**HOW TO COMPLETE THIS TASK**: Return the data below exactly, but only from the line containing "line L1 (37.2265, -95.5)" through the line containing "point P2 (111, 0)", with both of those lines included.

**Collected data**:
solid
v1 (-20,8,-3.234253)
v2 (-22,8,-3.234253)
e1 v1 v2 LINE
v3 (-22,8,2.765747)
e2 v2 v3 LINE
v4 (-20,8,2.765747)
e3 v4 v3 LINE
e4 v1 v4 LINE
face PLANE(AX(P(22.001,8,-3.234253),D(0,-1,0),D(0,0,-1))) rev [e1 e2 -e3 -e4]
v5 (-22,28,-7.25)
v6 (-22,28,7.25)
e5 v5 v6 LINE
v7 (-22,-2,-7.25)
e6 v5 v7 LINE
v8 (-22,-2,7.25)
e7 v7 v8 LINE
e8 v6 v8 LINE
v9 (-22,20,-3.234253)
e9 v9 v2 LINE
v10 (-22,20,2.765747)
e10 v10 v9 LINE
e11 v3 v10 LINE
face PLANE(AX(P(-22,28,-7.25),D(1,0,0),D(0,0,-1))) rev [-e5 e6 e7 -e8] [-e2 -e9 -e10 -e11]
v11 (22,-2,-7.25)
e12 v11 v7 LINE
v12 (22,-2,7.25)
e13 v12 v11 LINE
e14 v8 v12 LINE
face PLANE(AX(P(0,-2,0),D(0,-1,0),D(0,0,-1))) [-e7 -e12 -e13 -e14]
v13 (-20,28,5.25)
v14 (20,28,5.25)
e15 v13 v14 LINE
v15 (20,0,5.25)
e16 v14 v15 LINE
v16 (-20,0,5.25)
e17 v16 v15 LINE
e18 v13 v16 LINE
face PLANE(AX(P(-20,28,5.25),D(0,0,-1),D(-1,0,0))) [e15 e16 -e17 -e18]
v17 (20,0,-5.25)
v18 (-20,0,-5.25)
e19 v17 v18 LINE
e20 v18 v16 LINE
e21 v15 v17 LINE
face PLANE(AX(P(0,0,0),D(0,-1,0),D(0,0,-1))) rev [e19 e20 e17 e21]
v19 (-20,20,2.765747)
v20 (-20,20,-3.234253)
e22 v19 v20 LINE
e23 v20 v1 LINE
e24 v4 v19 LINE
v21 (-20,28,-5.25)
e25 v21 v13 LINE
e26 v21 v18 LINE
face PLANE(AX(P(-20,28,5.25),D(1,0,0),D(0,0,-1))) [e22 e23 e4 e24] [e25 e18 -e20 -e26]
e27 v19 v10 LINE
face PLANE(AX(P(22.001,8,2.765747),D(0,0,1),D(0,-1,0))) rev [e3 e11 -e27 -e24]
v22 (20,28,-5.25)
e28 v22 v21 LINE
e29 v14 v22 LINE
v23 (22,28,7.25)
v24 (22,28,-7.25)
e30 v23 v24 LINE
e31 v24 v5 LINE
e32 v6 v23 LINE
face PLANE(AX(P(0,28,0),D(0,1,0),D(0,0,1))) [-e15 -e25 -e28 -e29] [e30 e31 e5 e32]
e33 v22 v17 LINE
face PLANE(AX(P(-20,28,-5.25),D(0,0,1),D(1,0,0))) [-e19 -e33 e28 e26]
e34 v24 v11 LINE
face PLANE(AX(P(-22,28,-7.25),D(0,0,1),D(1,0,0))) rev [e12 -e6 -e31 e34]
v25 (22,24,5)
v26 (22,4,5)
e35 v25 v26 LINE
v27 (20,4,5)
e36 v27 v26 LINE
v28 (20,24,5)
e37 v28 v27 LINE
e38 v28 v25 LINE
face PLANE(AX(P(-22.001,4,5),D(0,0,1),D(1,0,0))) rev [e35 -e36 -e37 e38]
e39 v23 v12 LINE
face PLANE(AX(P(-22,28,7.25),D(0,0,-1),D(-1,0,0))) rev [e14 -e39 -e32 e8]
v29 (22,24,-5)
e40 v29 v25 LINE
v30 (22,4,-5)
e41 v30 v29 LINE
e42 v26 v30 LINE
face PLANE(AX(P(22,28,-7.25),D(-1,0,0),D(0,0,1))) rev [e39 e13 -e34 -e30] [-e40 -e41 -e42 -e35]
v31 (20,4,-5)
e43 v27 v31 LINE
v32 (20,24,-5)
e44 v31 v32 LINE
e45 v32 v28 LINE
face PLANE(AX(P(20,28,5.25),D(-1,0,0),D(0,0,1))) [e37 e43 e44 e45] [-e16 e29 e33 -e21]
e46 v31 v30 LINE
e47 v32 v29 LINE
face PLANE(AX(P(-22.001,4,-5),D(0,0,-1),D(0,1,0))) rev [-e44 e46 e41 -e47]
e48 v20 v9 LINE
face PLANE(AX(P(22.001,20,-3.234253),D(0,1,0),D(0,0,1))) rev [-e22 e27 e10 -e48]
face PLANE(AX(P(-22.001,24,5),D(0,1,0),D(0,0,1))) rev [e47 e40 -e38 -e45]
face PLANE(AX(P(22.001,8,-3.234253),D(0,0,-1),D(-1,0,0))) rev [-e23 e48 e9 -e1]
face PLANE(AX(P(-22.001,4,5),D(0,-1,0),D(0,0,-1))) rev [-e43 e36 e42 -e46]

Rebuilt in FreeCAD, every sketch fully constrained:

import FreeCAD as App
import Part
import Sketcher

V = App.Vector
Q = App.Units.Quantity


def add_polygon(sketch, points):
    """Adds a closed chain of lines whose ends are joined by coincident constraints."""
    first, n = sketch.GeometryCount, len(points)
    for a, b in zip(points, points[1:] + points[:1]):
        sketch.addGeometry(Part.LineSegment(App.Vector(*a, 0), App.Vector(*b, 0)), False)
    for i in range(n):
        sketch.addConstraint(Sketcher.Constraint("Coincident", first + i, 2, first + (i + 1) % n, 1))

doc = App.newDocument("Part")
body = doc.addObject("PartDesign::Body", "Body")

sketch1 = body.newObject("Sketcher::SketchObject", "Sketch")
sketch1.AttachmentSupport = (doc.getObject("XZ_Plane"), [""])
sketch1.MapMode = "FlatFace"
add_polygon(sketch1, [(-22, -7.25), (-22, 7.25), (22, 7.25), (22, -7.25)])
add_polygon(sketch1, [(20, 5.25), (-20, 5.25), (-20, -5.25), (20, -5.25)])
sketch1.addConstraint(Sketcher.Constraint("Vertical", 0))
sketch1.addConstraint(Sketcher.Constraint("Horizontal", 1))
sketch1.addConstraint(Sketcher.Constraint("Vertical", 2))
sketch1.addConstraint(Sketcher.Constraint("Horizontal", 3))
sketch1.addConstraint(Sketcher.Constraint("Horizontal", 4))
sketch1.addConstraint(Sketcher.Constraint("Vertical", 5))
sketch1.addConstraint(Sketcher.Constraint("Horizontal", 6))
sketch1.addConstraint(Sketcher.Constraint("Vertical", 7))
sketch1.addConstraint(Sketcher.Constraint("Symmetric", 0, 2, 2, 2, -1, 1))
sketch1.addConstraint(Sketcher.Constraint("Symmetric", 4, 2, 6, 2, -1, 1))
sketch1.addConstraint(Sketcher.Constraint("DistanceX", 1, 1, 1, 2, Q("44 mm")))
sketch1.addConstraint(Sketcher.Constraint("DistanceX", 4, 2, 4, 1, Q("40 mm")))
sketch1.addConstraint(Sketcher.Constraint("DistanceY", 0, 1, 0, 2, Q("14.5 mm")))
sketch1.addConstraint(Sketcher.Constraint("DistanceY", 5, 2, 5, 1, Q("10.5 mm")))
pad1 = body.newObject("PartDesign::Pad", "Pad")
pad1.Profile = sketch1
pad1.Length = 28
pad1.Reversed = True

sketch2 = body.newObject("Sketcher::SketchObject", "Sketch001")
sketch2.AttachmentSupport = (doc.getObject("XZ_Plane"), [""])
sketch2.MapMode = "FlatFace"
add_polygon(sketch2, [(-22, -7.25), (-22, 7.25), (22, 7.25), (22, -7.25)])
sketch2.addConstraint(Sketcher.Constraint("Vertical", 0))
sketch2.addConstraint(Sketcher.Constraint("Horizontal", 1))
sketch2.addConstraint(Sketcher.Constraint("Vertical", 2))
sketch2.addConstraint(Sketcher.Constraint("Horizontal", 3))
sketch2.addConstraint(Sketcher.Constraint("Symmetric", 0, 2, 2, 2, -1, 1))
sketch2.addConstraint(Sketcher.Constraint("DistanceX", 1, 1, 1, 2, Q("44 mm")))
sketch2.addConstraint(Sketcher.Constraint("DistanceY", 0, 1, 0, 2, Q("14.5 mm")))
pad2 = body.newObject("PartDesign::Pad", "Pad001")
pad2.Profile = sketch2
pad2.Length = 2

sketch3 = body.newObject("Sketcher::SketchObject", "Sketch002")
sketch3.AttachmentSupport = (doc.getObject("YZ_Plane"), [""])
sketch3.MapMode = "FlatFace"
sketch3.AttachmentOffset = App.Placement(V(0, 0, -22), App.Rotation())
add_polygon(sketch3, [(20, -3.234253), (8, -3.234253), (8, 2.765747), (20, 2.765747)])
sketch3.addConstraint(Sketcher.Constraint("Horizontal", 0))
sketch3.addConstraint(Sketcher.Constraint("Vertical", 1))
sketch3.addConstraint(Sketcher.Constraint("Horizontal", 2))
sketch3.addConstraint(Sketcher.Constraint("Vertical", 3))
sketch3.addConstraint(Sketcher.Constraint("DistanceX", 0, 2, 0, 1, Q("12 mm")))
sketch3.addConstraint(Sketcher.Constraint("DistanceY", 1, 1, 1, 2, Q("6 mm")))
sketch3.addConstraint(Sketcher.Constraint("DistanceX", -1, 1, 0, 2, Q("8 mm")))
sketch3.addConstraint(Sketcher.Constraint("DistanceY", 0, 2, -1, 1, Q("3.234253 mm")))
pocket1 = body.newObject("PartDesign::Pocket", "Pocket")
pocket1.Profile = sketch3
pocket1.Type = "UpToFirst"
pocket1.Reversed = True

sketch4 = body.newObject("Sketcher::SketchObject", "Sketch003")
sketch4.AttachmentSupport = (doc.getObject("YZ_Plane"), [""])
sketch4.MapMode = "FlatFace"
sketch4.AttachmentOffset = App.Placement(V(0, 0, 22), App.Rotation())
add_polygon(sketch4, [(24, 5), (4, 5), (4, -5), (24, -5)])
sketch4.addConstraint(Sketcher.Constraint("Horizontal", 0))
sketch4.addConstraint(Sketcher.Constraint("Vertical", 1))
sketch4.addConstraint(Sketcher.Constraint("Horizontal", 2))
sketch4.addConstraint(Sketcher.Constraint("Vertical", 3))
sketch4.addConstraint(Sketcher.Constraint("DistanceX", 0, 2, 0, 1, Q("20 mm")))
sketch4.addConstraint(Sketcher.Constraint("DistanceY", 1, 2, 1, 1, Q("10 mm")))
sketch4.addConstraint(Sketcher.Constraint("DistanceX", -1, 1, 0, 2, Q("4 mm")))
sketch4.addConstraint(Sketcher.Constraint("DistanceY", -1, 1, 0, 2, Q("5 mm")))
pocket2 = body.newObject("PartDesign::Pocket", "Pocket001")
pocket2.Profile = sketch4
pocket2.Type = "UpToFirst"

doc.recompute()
* * *
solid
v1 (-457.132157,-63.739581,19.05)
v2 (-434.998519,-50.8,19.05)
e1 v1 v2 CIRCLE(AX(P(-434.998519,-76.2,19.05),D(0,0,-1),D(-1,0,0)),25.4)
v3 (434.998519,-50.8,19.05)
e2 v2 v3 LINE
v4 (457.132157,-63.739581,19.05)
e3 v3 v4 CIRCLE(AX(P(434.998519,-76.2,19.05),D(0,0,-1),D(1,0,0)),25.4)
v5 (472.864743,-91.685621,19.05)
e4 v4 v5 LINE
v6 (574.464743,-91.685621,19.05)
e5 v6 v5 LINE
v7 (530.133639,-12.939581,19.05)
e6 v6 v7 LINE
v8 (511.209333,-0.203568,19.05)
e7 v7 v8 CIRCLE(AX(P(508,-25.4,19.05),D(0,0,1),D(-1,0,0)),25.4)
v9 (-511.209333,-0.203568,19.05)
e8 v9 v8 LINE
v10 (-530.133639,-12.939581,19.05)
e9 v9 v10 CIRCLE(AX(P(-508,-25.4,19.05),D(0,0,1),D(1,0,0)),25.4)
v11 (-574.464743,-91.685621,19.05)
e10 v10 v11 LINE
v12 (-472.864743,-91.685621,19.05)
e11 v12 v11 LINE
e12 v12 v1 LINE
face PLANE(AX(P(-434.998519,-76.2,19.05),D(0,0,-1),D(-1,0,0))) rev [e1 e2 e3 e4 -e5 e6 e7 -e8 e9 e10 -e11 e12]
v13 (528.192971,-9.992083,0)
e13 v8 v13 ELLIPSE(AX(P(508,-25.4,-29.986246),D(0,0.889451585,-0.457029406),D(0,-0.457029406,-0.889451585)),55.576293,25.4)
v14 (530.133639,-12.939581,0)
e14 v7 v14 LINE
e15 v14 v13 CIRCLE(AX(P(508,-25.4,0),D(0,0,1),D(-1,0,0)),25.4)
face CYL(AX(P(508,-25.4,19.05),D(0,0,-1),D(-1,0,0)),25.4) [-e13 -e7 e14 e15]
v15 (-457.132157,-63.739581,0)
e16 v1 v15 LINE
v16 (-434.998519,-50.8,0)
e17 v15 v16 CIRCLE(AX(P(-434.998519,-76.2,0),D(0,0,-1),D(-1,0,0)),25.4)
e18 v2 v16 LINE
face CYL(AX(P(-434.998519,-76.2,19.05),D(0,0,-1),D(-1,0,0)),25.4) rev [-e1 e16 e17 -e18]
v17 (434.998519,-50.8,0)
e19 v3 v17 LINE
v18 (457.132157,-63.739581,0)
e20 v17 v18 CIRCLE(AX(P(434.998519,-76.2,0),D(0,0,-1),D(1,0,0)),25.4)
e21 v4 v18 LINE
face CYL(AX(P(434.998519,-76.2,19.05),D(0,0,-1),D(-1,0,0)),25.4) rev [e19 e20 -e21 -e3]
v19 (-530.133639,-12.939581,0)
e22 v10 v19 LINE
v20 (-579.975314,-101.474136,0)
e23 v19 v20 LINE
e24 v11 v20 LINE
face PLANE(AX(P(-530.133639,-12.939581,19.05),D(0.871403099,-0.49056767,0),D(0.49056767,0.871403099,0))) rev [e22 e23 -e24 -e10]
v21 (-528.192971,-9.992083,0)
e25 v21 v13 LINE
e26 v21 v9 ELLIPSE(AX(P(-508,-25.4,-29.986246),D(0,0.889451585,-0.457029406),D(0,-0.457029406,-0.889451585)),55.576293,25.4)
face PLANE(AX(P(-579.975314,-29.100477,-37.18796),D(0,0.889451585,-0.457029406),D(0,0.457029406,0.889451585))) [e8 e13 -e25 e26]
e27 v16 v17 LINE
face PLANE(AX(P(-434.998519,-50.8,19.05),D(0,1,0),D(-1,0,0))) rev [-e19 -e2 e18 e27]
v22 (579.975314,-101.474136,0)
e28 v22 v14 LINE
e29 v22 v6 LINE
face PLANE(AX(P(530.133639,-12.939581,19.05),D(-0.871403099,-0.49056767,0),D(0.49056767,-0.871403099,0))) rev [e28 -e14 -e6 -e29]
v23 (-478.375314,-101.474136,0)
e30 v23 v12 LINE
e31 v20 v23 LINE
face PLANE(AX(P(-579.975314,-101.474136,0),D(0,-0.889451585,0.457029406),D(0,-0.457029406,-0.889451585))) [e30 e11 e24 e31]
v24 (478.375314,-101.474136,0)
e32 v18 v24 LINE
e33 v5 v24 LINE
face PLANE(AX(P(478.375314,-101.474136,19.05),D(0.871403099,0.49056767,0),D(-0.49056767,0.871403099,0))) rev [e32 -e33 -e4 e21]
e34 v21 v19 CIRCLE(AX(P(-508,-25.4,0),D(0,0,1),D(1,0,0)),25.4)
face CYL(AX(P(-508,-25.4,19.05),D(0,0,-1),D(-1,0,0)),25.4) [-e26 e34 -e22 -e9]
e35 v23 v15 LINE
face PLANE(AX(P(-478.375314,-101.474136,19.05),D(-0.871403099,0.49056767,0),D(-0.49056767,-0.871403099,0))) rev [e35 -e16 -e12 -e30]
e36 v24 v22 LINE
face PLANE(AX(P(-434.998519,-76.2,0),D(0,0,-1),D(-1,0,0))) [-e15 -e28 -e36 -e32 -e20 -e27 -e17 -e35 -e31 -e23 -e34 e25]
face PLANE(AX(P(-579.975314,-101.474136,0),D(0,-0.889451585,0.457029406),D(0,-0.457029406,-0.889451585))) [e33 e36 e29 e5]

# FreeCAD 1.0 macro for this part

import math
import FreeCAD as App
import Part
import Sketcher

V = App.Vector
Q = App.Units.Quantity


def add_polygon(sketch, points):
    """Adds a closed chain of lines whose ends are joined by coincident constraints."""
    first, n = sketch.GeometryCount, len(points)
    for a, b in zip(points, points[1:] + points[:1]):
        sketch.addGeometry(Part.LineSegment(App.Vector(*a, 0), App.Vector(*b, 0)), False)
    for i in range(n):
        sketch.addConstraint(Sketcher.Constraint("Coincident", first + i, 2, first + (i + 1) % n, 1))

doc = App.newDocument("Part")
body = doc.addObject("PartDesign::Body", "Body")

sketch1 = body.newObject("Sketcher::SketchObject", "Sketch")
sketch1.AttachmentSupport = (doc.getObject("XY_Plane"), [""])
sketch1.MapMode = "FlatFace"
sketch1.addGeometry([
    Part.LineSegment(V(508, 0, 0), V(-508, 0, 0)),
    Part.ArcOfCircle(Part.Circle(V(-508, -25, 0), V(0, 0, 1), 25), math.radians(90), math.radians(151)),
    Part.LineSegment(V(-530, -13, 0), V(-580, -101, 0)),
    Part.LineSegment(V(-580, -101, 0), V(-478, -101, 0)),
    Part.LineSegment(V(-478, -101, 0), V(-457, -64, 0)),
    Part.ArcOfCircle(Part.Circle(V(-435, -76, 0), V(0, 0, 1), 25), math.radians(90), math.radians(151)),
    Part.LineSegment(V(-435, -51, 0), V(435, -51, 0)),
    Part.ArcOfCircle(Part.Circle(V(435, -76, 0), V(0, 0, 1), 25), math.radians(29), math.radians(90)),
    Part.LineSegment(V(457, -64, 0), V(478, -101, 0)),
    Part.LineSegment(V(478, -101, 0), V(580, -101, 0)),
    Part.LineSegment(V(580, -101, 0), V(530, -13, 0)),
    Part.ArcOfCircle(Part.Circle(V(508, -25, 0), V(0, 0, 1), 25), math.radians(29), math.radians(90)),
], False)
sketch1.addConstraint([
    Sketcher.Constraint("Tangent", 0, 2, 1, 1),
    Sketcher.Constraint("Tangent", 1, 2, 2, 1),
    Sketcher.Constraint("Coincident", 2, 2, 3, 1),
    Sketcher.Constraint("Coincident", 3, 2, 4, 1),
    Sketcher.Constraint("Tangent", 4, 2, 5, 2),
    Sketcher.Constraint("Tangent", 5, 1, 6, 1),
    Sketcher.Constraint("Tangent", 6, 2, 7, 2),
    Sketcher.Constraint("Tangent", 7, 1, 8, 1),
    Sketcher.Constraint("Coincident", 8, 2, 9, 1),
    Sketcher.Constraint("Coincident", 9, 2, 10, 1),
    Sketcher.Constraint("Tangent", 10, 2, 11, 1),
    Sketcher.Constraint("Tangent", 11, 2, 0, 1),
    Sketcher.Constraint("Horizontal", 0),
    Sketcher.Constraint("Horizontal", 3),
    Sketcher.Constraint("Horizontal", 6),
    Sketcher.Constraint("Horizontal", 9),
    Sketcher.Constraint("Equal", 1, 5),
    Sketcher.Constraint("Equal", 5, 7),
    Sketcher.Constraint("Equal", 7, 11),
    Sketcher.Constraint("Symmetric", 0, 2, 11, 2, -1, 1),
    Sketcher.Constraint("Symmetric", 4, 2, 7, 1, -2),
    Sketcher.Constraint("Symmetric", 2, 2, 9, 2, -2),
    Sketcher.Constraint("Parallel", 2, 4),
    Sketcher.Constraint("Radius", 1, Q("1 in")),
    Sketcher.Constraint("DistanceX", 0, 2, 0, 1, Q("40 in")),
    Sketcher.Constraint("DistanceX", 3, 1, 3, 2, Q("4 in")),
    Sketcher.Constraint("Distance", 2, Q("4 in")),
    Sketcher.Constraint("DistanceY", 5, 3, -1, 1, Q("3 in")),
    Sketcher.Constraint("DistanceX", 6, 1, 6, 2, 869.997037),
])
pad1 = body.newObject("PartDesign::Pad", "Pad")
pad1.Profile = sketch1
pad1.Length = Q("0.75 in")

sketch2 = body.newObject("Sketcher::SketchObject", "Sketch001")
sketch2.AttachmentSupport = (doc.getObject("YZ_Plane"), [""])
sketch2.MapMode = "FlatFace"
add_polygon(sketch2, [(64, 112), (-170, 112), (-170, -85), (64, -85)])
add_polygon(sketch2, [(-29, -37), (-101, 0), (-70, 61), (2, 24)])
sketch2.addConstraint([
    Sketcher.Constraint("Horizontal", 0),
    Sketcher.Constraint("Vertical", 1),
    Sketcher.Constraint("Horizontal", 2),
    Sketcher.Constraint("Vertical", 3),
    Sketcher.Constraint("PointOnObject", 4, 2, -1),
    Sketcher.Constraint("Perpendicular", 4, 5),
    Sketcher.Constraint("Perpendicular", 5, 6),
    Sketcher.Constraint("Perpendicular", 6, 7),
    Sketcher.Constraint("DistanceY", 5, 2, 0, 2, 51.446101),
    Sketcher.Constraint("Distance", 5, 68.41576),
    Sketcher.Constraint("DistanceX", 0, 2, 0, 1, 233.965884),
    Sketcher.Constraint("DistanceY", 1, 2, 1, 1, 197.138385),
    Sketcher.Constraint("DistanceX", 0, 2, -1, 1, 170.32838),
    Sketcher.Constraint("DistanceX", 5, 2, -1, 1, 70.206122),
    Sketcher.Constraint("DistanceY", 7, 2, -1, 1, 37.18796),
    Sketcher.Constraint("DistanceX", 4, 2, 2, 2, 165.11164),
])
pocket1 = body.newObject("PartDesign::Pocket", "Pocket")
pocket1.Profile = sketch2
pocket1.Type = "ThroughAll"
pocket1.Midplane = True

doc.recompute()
---
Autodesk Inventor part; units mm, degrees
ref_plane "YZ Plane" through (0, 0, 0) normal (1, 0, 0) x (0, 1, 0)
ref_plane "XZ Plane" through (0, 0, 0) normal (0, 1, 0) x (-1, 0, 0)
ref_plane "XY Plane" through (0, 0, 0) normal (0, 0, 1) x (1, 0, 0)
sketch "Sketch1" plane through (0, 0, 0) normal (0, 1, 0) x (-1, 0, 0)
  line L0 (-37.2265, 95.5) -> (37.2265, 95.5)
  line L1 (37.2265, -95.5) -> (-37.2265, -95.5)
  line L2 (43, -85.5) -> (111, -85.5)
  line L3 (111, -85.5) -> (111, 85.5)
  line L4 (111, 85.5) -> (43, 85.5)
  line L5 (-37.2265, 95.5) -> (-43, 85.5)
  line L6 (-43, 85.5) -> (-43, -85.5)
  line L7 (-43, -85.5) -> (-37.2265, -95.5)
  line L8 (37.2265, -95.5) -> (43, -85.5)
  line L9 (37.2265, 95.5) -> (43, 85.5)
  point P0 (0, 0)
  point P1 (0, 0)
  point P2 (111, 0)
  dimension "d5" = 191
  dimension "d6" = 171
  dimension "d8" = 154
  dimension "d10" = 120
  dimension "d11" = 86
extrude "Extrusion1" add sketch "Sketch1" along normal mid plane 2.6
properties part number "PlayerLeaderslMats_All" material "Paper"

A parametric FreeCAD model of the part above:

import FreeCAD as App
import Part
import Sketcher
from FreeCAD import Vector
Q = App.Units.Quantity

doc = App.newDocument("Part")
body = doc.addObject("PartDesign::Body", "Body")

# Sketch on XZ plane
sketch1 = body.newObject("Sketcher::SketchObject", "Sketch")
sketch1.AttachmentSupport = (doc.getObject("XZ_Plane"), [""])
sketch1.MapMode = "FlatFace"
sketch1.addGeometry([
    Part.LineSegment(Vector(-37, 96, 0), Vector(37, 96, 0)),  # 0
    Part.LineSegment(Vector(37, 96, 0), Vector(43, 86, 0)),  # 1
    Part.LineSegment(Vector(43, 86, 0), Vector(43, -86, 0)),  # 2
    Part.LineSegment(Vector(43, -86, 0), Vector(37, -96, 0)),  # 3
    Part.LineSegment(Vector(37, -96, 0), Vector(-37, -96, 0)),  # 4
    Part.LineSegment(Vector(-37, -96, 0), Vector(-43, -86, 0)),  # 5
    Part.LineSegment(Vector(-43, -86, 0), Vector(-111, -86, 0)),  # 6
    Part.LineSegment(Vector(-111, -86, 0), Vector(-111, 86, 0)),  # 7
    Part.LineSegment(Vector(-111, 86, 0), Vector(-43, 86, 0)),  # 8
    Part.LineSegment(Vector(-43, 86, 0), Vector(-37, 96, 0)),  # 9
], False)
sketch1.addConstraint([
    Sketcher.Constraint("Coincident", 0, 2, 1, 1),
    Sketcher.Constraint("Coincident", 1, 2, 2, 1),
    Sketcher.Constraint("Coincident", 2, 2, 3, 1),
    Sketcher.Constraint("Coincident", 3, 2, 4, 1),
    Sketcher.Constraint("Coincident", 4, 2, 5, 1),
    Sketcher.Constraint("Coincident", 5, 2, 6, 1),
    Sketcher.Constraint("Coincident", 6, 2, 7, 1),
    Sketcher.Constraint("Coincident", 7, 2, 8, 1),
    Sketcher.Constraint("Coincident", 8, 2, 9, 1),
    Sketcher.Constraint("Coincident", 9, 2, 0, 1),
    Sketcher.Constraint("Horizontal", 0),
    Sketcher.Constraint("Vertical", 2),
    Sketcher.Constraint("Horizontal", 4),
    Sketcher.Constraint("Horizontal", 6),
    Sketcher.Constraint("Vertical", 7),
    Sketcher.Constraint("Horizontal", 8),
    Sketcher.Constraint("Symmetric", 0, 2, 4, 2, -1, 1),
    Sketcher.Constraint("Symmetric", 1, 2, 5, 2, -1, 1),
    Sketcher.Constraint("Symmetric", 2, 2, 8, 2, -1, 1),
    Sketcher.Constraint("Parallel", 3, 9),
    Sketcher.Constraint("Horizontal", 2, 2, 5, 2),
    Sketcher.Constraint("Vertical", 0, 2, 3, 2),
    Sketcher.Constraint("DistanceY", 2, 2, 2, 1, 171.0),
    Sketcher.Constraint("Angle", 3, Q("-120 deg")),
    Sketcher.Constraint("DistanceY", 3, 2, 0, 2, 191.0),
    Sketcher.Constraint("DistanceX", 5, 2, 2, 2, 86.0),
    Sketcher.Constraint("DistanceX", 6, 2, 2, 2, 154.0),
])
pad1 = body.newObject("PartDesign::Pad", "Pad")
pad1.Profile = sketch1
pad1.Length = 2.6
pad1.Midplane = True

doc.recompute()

**RESPONSE AREA**:
  line L1 (37.2265, -95.5) -> (-37.2265, -95.5)
  line L2 (43, -85.5) -> (111, -85.5)
  line L3 (111, -85.5) -> (111, 85.5)
  line L4 (111, 85.5) -> (43, 85.5)
  line L5 (-37.2265, 95.5) -> (-43, 85.5)
  line L6 (-43, 85.5) -> (-43, -85.5)
  line L7 (-43, -85.5) -> (-37.2265, -95.5)
  line L8 (37.2265, -95.5) -> (43, -85.5)
  line L9 (37.2265, 95.5) -> (43, 85.5)
  point P0 (0, 0)
  point P1 (0, 0)
  point P2 (111, 0)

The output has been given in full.